What you need to do
Once you reach the line containing "v -9.922 28.905 0" in the data below, restate each line word for word up to and including the one containing "v -88.047 -54.29 6".
++++ Supplied entries ++++
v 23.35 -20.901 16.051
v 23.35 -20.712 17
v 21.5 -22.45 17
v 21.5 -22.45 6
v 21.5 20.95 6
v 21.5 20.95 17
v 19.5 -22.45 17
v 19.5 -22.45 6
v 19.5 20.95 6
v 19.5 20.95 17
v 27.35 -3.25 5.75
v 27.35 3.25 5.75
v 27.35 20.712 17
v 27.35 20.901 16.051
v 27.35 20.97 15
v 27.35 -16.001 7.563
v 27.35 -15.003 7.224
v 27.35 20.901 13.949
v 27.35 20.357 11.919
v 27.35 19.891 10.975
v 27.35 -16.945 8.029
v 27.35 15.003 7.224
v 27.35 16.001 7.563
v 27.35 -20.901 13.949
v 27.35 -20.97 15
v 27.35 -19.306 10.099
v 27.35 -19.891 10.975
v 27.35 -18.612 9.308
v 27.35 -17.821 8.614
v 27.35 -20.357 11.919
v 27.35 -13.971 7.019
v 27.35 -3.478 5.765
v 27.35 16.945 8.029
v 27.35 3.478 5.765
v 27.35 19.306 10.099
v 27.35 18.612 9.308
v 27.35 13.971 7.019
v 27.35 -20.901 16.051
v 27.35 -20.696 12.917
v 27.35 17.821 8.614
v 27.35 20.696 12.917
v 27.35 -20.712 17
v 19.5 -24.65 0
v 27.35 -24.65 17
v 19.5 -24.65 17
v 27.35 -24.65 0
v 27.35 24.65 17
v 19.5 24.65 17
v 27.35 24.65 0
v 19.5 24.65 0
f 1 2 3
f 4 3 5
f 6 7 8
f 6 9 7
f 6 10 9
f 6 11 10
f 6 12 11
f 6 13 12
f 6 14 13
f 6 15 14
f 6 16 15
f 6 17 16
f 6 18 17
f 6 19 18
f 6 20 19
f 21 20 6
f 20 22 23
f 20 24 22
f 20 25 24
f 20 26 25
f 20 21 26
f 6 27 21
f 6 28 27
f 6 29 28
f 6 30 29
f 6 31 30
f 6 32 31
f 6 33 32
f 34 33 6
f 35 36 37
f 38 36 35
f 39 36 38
++++
++++ Supplied entries ++++
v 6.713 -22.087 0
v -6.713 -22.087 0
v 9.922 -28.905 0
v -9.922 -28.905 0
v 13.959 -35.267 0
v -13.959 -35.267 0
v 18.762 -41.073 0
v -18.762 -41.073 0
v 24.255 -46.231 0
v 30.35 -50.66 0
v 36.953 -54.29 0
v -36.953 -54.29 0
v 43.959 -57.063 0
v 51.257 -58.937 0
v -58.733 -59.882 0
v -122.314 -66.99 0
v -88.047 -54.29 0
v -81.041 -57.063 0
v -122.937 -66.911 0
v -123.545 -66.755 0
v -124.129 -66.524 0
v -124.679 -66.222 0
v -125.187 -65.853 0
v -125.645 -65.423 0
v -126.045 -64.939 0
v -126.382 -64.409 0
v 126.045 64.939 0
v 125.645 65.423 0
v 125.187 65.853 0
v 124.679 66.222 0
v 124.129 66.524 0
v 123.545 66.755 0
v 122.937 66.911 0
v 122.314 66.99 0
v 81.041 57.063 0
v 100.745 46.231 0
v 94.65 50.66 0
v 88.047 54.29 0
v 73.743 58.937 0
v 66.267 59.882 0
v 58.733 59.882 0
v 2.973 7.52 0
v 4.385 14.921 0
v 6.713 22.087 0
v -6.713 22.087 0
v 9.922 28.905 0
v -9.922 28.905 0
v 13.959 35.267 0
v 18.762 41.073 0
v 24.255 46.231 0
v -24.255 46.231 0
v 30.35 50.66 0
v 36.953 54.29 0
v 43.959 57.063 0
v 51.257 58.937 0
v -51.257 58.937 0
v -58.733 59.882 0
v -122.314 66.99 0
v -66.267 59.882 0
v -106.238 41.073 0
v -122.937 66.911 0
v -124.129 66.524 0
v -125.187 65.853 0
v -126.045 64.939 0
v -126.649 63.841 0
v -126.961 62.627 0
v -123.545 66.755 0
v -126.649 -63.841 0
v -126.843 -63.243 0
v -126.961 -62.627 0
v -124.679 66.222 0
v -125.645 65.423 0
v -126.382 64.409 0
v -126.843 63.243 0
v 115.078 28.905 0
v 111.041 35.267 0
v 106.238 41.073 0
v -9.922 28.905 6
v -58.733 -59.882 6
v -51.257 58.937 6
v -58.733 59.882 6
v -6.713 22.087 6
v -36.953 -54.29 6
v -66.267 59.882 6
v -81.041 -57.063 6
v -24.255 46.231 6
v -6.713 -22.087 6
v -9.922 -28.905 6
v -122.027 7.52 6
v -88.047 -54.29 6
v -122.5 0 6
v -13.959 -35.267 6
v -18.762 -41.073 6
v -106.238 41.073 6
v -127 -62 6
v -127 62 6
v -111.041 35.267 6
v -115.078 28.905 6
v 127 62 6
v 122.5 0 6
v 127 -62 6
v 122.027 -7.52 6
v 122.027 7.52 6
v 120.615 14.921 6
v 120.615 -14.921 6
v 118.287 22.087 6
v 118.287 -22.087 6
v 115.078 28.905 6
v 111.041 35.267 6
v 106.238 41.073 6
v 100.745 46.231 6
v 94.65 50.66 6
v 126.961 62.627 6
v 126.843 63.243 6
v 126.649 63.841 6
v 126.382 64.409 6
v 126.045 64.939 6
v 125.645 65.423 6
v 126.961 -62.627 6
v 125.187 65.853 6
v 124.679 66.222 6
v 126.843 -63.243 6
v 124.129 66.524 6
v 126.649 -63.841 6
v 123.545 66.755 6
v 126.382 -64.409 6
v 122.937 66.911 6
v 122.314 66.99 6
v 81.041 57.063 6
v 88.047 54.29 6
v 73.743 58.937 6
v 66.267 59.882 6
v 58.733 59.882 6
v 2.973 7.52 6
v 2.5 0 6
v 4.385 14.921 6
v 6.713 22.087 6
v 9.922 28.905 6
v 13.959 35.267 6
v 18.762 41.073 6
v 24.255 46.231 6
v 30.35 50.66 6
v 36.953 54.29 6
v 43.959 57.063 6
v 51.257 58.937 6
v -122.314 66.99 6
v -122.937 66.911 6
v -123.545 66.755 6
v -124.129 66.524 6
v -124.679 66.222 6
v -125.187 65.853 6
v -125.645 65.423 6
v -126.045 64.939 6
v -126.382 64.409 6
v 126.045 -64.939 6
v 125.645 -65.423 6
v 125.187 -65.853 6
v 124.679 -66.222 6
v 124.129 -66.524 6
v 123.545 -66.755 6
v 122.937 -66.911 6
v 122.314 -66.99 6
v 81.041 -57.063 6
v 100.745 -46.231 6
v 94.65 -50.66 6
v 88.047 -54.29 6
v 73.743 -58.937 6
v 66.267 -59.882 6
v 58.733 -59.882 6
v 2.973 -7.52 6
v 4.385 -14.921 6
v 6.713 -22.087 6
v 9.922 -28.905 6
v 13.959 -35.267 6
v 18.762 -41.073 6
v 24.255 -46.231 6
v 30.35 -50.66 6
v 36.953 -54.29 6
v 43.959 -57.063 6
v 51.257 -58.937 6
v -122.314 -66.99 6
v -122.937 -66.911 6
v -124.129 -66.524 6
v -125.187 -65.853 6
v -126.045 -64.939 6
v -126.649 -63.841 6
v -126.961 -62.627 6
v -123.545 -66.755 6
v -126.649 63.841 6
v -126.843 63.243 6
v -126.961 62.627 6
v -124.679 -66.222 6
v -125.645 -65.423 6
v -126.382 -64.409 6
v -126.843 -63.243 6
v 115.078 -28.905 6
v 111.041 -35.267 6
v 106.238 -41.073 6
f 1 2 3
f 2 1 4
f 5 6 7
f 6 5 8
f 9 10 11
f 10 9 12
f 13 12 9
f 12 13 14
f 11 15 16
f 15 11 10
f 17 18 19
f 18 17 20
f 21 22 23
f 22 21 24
++++
Problem solution
v -9.922 28.905 0
v 13.959 35.267 0
v 18.762 41.073 0
v 24.255 46.231 0
v -24.255 46.231 0
v 30.35 50.66 0
v 36.953 54.29 0
v 43.959 57.063 0
v 51.257 58.937 0
v -51.257 58.937 0
v -58.733 59.882 0
v -122.314 66.99 0
v -66.267 59.882 0
v -106.238 41.073 0
v -122.937 66.911 0
v -124.129 66.524 0
v -125.187 65.853 0
v -126.045 64.939 0
v -126.649 63.841 0
v -126.961 62.627 0
v -123.545 66.755 0
v -126.649 -63.841 0
v -126.843 -63.243 0
v -126.961 -62.627 0
v -124.679 66.222 0
v -125.645 65.423 0
v -126.382 64.409 0
v -126.843 63.243 0
v 115.078 28.905 0
v 111.041 35.267 0
v 106.238 41.073 0
v -9.922 28.905 6
v -58.733 -59.882 6
v -51.257 58.937 6
v -58.733 59.882 6
v -6.713 22.087 6
v -36.953 -54.29 6
v -66.267 59.882 6
v -81.041 -57.063 6
v -24.255 46.231 6
v -6.713 -22.087 6
v -9.922 -28.905 6
v -122.027 7.52 6
v -88.047 -54.29 6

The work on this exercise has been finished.